Would you please copy each line of the listing that mentions "degrees"?
+ + + +
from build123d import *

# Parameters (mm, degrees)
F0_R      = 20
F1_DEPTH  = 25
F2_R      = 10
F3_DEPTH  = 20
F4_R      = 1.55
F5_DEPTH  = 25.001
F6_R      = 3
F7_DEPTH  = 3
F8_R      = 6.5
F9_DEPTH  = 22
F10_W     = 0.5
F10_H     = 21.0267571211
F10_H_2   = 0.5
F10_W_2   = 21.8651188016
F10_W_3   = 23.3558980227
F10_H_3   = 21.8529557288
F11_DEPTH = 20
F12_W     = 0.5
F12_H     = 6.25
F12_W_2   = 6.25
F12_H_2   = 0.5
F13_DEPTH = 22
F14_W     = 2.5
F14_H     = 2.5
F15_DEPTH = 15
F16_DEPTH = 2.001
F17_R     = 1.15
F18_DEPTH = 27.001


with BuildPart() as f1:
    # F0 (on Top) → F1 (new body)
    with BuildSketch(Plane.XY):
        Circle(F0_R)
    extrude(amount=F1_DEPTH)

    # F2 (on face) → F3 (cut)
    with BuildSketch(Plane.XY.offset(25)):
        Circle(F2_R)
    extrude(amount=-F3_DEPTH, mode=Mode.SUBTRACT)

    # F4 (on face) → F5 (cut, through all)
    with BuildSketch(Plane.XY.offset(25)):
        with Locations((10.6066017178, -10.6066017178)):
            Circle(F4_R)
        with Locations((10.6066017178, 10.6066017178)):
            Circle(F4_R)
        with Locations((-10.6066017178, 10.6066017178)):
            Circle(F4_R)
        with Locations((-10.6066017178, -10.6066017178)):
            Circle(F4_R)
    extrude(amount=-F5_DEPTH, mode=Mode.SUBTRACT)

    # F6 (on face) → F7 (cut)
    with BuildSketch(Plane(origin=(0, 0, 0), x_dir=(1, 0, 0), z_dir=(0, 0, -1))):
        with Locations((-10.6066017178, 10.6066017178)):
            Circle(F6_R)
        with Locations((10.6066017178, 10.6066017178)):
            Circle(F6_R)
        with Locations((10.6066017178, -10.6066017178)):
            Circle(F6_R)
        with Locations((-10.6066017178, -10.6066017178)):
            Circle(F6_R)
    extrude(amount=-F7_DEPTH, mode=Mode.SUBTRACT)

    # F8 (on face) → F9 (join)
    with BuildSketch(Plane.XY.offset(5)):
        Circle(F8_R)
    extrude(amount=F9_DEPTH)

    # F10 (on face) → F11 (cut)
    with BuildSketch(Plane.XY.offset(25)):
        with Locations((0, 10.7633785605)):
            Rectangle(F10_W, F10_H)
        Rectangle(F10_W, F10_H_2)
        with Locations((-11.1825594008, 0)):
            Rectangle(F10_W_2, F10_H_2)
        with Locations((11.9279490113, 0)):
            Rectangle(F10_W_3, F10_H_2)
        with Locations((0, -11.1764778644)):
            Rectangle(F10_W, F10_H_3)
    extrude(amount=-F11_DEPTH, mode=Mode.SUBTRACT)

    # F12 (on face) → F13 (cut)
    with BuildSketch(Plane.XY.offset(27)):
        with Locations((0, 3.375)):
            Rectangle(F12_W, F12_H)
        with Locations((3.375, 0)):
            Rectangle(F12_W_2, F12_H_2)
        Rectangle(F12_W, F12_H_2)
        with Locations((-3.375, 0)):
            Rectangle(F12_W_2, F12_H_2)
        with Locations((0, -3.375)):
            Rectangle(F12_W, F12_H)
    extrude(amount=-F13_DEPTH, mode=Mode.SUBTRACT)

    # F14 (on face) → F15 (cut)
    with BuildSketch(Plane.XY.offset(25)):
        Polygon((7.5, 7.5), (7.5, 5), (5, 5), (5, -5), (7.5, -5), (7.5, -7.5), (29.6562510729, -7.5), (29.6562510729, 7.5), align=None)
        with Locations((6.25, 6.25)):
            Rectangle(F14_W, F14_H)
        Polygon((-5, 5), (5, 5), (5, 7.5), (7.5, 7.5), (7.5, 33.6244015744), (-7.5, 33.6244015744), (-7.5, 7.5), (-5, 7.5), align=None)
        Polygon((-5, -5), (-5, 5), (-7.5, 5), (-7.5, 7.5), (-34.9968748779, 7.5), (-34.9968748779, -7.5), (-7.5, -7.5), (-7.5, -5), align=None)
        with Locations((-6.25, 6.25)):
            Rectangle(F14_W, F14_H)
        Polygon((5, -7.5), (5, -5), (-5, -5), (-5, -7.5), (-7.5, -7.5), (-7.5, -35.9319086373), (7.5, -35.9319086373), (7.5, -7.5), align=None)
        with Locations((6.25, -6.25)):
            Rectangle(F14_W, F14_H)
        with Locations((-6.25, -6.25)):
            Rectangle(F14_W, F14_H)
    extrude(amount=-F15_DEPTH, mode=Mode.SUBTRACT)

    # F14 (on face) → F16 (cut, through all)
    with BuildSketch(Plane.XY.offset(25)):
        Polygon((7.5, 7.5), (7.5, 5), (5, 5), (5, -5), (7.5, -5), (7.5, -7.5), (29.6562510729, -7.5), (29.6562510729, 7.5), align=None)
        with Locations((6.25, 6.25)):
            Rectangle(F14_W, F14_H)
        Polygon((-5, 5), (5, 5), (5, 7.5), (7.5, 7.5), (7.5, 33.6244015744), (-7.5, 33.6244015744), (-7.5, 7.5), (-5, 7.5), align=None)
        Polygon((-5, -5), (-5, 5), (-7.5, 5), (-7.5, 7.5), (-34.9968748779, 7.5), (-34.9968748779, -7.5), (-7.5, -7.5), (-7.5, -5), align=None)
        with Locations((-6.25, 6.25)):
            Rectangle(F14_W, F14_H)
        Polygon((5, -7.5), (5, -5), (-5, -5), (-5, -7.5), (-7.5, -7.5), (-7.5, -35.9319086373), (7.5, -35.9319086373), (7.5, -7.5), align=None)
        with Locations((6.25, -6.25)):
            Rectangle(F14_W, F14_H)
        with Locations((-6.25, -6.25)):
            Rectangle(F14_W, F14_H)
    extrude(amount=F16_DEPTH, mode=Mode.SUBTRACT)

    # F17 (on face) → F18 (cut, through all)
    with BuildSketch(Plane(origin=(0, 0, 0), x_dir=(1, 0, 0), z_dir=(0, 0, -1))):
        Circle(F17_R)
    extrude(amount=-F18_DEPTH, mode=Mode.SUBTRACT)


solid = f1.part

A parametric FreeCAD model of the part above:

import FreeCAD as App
import Part
import Sketcher


def add_polygon(sketch, points):
    """Adds a closed chain of lines whose ends are joined by coincident constraints."""
    first, n = sketch.GeometryCount, len(points)
    for a, b in zip(points, points[1:] + points[:1]):
        sketch.addGeometry(Part.LineSegment(App.Vector(*a, 0), App.Vector(*b, 0)), False)
    for i in range(n):
        sketch.addConstraint(Sketcher.Constraint("Coincident", first + i, 2, first + (i + 1) % n, 1))

doc = App.newDocument("Part")
params = doc.addObject("Spreadsheet::Sheet", "Params")
for row, (alias, value) in enumerate([
    ("sketch1_diameter", "40 mm"),
    ("pad1_length", "25 mm"),
    ("sketch2_diameter", "20 mm"),
    ("pocket1_length", "20 mm"),
    ("sketch3_diameter", "3.1 mm"),
    ("sketch4_diameter", "6 mm"),
    ("pocket3_length", "3 mm"),
    ("sketch5_diameter", "13 mm"),
    ("pad2_length", "22 mm"),
    ("sketch6_width", "0.5 mm"),
    ("pocket4_length", "20 mm"),
    ("sketch7_width", "0.5 mm"),
    ("sketch7_width2", "6.25 mm"),
    ("pocket5_length", "22 mm"),
    ("sketch8_width", "15 mm"),
    ("sketch8_width2", "10 mm"),
    ("pocket6_length", "15 mm"),
    ("sketch9_width", "15 mm"),
    ("sketch9_width2", "10 mm"),
    ("sketch10_diameter", "2.3 mm"),
], start=1):
    params.set(f"A{row}", alias)
    params.set(f"B{row}", "=" + value)
    params.setAlias(f"B{row}", alias)

body = doc.addObject("PartDesign::Body", "Body")

sketch1 = body.newObject("Sketcher::SketchObject", "Sketch")
sketch1.AttachmentSupport = (doc.getObject("XY_Plane"), [""])
sketch1.MapMode = "FlatFace"
sketch1.addGeometry(Part.Circle(App.Vector(0, 0, 0), App.Vector(0, 0, 1), 20), False)
sketch1.addConstraint([
    Sketcher.Constraint("Coincident", 0, 3, -1, 1),
    Sketcher.Constraint("Diameter", 0, 40.0),
])
sketch1.setExpression("Constraints[1]", "Params.sketch1_diameter")
pad1 = body.newObject("PartDesign::Pad", "Pad")
pad1.Profile = sketch1
pad1.setExpression("Length", "Params.pad1_length")
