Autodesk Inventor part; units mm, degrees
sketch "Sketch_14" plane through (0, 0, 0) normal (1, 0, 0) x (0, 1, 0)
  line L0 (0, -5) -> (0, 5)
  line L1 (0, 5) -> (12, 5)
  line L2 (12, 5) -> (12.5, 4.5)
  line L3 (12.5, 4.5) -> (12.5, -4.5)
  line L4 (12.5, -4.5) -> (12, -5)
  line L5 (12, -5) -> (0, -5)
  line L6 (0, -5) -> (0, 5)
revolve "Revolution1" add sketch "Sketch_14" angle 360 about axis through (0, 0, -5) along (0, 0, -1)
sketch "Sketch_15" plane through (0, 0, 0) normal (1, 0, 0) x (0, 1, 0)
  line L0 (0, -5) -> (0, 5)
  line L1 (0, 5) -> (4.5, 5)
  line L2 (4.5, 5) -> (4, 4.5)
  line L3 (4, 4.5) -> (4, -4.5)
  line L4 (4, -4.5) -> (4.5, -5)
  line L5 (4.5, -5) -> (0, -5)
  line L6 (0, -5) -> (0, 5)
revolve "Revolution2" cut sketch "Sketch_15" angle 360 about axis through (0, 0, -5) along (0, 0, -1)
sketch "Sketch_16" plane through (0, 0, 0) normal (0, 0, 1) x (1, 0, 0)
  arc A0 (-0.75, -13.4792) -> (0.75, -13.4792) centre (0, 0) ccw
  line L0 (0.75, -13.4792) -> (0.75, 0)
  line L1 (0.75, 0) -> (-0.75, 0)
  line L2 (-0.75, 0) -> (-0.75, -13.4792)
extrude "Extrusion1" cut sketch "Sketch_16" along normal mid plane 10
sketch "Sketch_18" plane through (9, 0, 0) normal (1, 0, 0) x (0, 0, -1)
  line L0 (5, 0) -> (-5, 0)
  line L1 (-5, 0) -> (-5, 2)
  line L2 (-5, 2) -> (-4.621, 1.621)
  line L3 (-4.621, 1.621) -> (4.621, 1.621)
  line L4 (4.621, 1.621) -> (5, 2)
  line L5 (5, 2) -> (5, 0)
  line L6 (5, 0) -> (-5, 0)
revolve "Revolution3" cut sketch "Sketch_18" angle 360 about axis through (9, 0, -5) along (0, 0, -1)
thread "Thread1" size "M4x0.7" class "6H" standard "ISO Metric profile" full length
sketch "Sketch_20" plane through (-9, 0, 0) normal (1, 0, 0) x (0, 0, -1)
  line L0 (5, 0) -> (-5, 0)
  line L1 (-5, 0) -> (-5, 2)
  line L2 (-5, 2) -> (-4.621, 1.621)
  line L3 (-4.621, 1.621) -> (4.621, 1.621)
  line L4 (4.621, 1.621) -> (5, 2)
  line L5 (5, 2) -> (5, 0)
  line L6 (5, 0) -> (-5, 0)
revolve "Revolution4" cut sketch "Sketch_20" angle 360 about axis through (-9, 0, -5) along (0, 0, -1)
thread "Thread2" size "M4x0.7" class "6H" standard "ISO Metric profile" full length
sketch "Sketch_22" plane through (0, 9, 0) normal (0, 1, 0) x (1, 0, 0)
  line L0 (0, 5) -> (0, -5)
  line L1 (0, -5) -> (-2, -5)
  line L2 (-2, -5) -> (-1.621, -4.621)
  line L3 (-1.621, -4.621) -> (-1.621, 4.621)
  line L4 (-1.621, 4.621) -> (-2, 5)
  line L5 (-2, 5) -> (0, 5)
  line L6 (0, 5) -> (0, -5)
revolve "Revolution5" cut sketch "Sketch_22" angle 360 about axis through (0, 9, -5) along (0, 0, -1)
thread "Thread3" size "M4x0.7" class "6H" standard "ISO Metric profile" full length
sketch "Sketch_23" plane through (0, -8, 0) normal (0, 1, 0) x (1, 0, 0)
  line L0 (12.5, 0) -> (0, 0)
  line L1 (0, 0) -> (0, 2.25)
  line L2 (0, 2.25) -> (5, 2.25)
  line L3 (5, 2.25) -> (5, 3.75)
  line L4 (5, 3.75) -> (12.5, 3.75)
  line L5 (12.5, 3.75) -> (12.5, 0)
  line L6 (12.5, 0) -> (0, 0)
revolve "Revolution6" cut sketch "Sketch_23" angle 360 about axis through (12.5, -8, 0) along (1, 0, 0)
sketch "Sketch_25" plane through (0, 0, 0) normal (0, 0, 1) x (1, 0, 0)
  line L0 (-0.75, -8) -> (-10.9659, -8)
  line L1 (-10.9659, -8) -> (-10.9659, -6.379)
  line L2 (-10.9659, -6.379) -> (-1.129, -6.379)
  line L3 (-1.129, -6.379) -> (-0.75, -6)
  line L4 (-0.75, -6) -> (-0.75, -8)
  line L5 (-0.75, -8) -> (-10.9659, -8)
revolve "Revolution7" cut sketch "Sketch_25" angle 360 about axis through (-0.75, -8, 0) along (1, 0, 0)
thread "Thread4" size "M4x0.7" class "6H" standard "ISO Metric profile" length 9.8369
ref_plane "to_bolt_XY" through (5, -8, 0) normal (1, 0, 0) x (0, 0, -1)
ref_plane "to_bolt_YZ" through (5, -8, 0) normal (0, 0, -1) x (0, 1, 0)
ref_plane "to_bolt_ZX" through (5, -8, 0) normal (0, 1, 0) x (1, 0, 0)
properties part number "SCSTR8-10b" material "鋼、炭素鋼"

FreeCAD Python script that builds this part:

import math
import FreeCAD as App
import Part
import Sketcher
Q = App.Units.Quantity


def add_polygon(sketch, points):
    """Adds a closed chain of lines whose ends are joined by coincident constraints."""
    first, n = sketch.GeometryCount, len(points)
    for a, b in zip(points, points[1:] + points[:1]):
        sketch.addGeometry(Part.LineSegment(App.Vector(*a, 0), App.Vector(*b, 0)), False)
    for i in range(n):
        sketch.addConstraint(Sketcher.Constraint("Coincident", first + i, 2, first + (i + 1) % n, 1))

doc = App.newDocument("Part")
body = doc.addObject("PartDesign::Body", "Body")

sketch1 = body.newObject("Sketcher::SketchObject", "Sketch")
sketch1.AttachmentSupport = (doc.getObject("YZ_Plane"), [""])
sketch1.MapMode = "FlatFace"
add_polygon(sketch1, [(0, 5), (0, -5), (12, -5), (12.5, -4.5), (12.5, 4.5), (12, 5)])
sketch1.addConstraint(Sketcher.Constraint("Vertical", 0))
sketch1.addConstraint(Sketcher.Constraint("Horizontal", 1))
sketch1.addConstraint(Sketcher.Constraint("Vertical", 3))
sketch1.addConstraint(Sketcher.Constraint("Horizontal", 5))
sketch1.addConstraint(Sketcher.Constraint("Symmetric", 0, 2, 5, 2, -1, 1))
sketch1.addConstraint(Sketcher.Constraint("Perpendicular", 2, 4))
sketch1.addConstraint(Sketcher.Constraint("Vertical", 1, 2, 4, 2))
sketch1.addConstraint(Sketcher.Constraint("Equal", 2, 4))
sketch1.addConstraint(Sketcher.Constraint("DistanceX", 1, 1, 1, 2, 12.0))
sketch1.addConstraint(Sketcher.Constraint("DistanceY", 0, 2, 0, 1, 10.0))
sketch1.addConstraint(Sketcher.Constraint("DistanceY", 3, 1, 3, 2, 9.0))
revolution = body.newObject("PartDesign::Revolution", "Revolution")
revolution.Profile = sketch1
revolution.ReferenceAxis = (sketch1, ["V_Axis"])
revolution.Angle = 360

sketch2 = body.newObject("Sketcher::SketchObject", "Sketch001")
sketch2.AttachmentSupport = (doc.getObject("YZ_Plane"), [""])
sketch2.MapMode = "FlatFace"
add_polygon(sketch2, [(0, 5), (0, -5), (4.5, -5), (4, -4.5), (4, 4.5), (4.5, 5)])
sketch2.addConstraint(Sketcher.Constraint("Vertical", 0))
sketch2.addConstraint(Sketcher.Constraint("Horizontal", 1))
sketch2.addConstraint(Sketcher.Constraint("Vertical", 3))
sketch2.addConstraint(Sketcher.Constraint("Horizontal", 5))
sketch2.addConstraint(Sketcher.Constraint("Symmetric", 0, 2, 5, 2, -1, 1))
sketch2.addConstraint(Sketcher.Constraint("Perpendicular", 2, 4))
sketch2.addConstraint(Sketcher.Constraint("Vertical", 1, 2, 4, 2))
sketch2.addConstraint(Sketcher.Constraint("Equal", 2, 4))
sketch2.addConstraint(Sketcher.Constraint("DistanceY", 0, 2, 0, 1, 10.0))
sketch2.addConstraint(Sketcher.Constraint("DistanceY", 3, 1, 3, 2, 9.0))
sketch2.addConstraint(Sketcher.Constraint("DistanceX", 1, 1, 1, 2, 4.5))
groove = body.newObject("PartDesign::Groove", "Groove")
groove.Profile = sketch2
groove.ReferenceAxis = (sketch2, ["V_Axis"])
groove.Angle = 360

sketch3 = body.newObject("Sketcher::SketchObject", "Sketch002")
sketch3.AttachmentSupport = (doc.getObject("XY_Plane"), [""])
sketch3.MapMode = "FlatFace"
sketch3.addGeometry(Part.LineSegment(App.Vector(-0.8, 0, 0), App.Vector(-0.8, -13.5, 0)), False)
sketch3.addGeometry(Part.ArcOfCircle(Part.Circle(App.Vector(0, 0, 0), App.Vector(0, 0, 1), 13.5), math.radians(-93.18), math.radians(-86.82)), False)
sketch3.addGeometry(Part.LineSegment(App.Vector(0.8, -13.5, 0), App.Vector(0.8, 0, 0)), False)
sketch3.addGeometry(Part.LineSegment(App.Vector(0.8, 0, 0), App.Vector(-0.8, 0, 0)), False)
sketch3.addConstraint(Sketcher.Constraint("Coincident", 0, 2, 1, 1))
sketch3.addConstraint(Sketcher.Constraint("Coincident", 1, 2, 2, 1))
sketch3.addConstraint(Sketcher.Constraint("Coincident", 2, 2, 3, 1))
sketch3.addConstraint(Sketcher.Constraint("Coincident", 3, 2, 0, 1))
sketch3.addConstraint(Sketcher.Constraint("Vertical", 0))
sketch3.addConstraint(Sketcher.Constraint("Vertical", 2))
sketch3.addConstraint(Sketcher.Constraint("Horizontal", 3))
sketch3.addConstraint(Sketcher.Constraint("Coincident", 1, 3, -1, 1))
sketch3.addConstraint(Sketcher.Constraint("Symmetric", 2, 2, 3, 2, -1, 1))
sketch3.addConstraint(Sketcher.Constraint("Radius", 1, 13.5))
sketch3.addConstraint(Sketcher.Constraint("DistanceX", 3, 2, 3, 1, 1.5))
pocket1 = body.newObject("PartDesign::Pocket", "Pocket")
pocket1.Profile = sketch3
pocket1.Length = 10
pocket1.Midplane = True

sketch4 = body.newObject("Sketcher::SketchObject", "Sketch003")
sketch4.AttachmentSupport = (doc.getObject("YZ_Plane"), [""])
sketch4.MapMode = "FlatFace"
sketch4.AttachmentOffset = App.Placement(App.Vector(0, 0, 9), App.Rotation())
add_polygon(sketch4, [(0, 5), (0, -5), (2, -5), (1.6, -4.6), (1.6, 4.6), (2, 5)])
sketch4.addConstraint(Sketcher.Constraint("Vertical", 0))
sketch4.addConstraint(Sketcher.Constraint("Horizontal", 1))
sketch4.addConstraint(Sketcher.Constraint("Vertical", 3))
sketch4.addConstraint(Sketcher.Constraint("Horizontal", 5))
sketch4.addConstraint(Sketcher.Constraint("Symmetric", 0, 2, 5, 2, -1, 1))
sketch4.addConstraint(Sketcher.Constraint("Perpendicular", 2, 4))
sketch4.addConstraint(Sketcher.Constraint("Vertical", 1, 2, 4, 2))
sketch4.addConstraint(Sketcher.Constraint("Equal", 2, 4))
sketch4.addConstraint(Sketcher.Constraint("DistanceX", 1, 1, 1, 2, 2.0))
sketch4.addConstraint(Sketcher.Constraint("DistanceY", 0, 2, 0, 1, 10.0))
sketch4.addConstraint(Sketcher.Constraint("DistanceY", 3, 1, 3, 2, 9.242))
groove2 = body.newObject("PartDesign::Groove", "Groove001")
groove2.Profile = sketch4
groove2.ReferenceAxis = (sketch4, ["V_Axis"])
groove2.Angle = 360

sketch5 = body.newObject("Sketcher::SketchObject", "Sketch004")
sketch5.AttachmentSupport = (doc.getObject("YZ_Plane"), [""])
sketch5.MapMode = "FlatFace"
sketch5.AttachmentOffset = App.Placement(App.Vector(0, 0, -9), App.Rotation())
add_polygon(sketch5, [(0, 5), (0, -5), (2, -5), (1.6, -4.6), (1.6, 4.6), (2, 5)])
sketch5.addConstraint(Sketcher.Constraint("Vertical", 0))
sketch5.addConstraint(Sketcher.Constraint("Horizontal", 1))
sketch5.addConstraint(Sketcher.Constraint("Vertical", 3))
sketch5.addConstraint(Sketcher.Constraint("Horizontal", 5))
sketch5.addConstraint(Sketcher.Constraint("Symmetric", 0, 2, 5, 2, -1, 1))
sketch5.addConstraint(Sketcher.Constraint("Perpendicular", 2, 4))
sketch5.addConstraint(Sketcher.Constraint("Vertical", 1, 2, 4, 2))
sketch5.addConstraint(Sketcher.Constraint("Equal", 2, 4))
sketch5.addConstraint(Sketcher.Constraint("DistanceX", 1, 1, 1, 2, 2.0))
sketch5.addConstraint(Sketcher.Constraint("DistanceY", 0, 2, 0, 1, 10.0))
sketch5.addConstraint(Sketcher.Constraint("DistanceY", 3, 1, 3, 2, 9.242))
groove3 = body.newObject("PartDesign::Groove", "Groove002")
groove3.Profile = sketch5
groove3.ReferenceAxis = (sketch5, ["V_Axis"])
groove3.Angle = 360

sketch6 = body.newObject("Sketcher::SketchObject", "Sketch005")
sketch6.AttachmentSupport = (doc.getObject("XZ_Plane"), [""])
sketch6.MapMode = "FlatFace"
sketch6.AttachmentOffset = App.Placement(App.Vector(0, 0, -9), App.Rotation())
add_polygon(sketch6, [(0, 5), (0, -5), (-2, -5), (-1.6, -4.6), (-1.6, 4.6), (-2, 5)])
sketch6.addConstraint(Sketcher.Constraint("Vertical", 0))
sketch6.addConstraint(Sketcher.Constraint("Horizontal", 1))
sketch6.addConstraint(Sketcher.Constraint("Vertical", 3))
sketch6.addConstraint(Sketcher.Constraint("Horizontal", 5))
sketch6.addConstraint(Sketcher.Constraint("Symmetric", 0, 2, 5, 2, -1, 1))
sketch6.addConstraint(Sketcher.Constraint("Perpendicular", 2, 4))
sketch6.addConstraint(Sketcher.Constraint("Vertical", 1, 2, 4, 2))
sketch6.addConstraint(Sketcher.Constraint("Equal", 2, 4))
sketch6.addConstraint(Sketcher.Constraint("DistanceX", 1, 2, 1, 1, 2.0))
sketch6.addConstraint(Sketcher.Constraint("DistanceY", 0, 2, 0, 1, 10.0))
sketch6.addConstraint(Sketcher.Constraint("DistanceY", 3, 1, 3, 2, 9.242))
groove4 = body.newObject("PartDesign::Groove", "Groove003")
groove4.Profile = sketch6
groove4.ReferenceAxis = (sketch6, ["V_Axis"])
groove4.Angle = 360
+ + + +
• Result of this task:
# Parameters (mm, degrees)
Autodesk Inventor part; units mm, degrees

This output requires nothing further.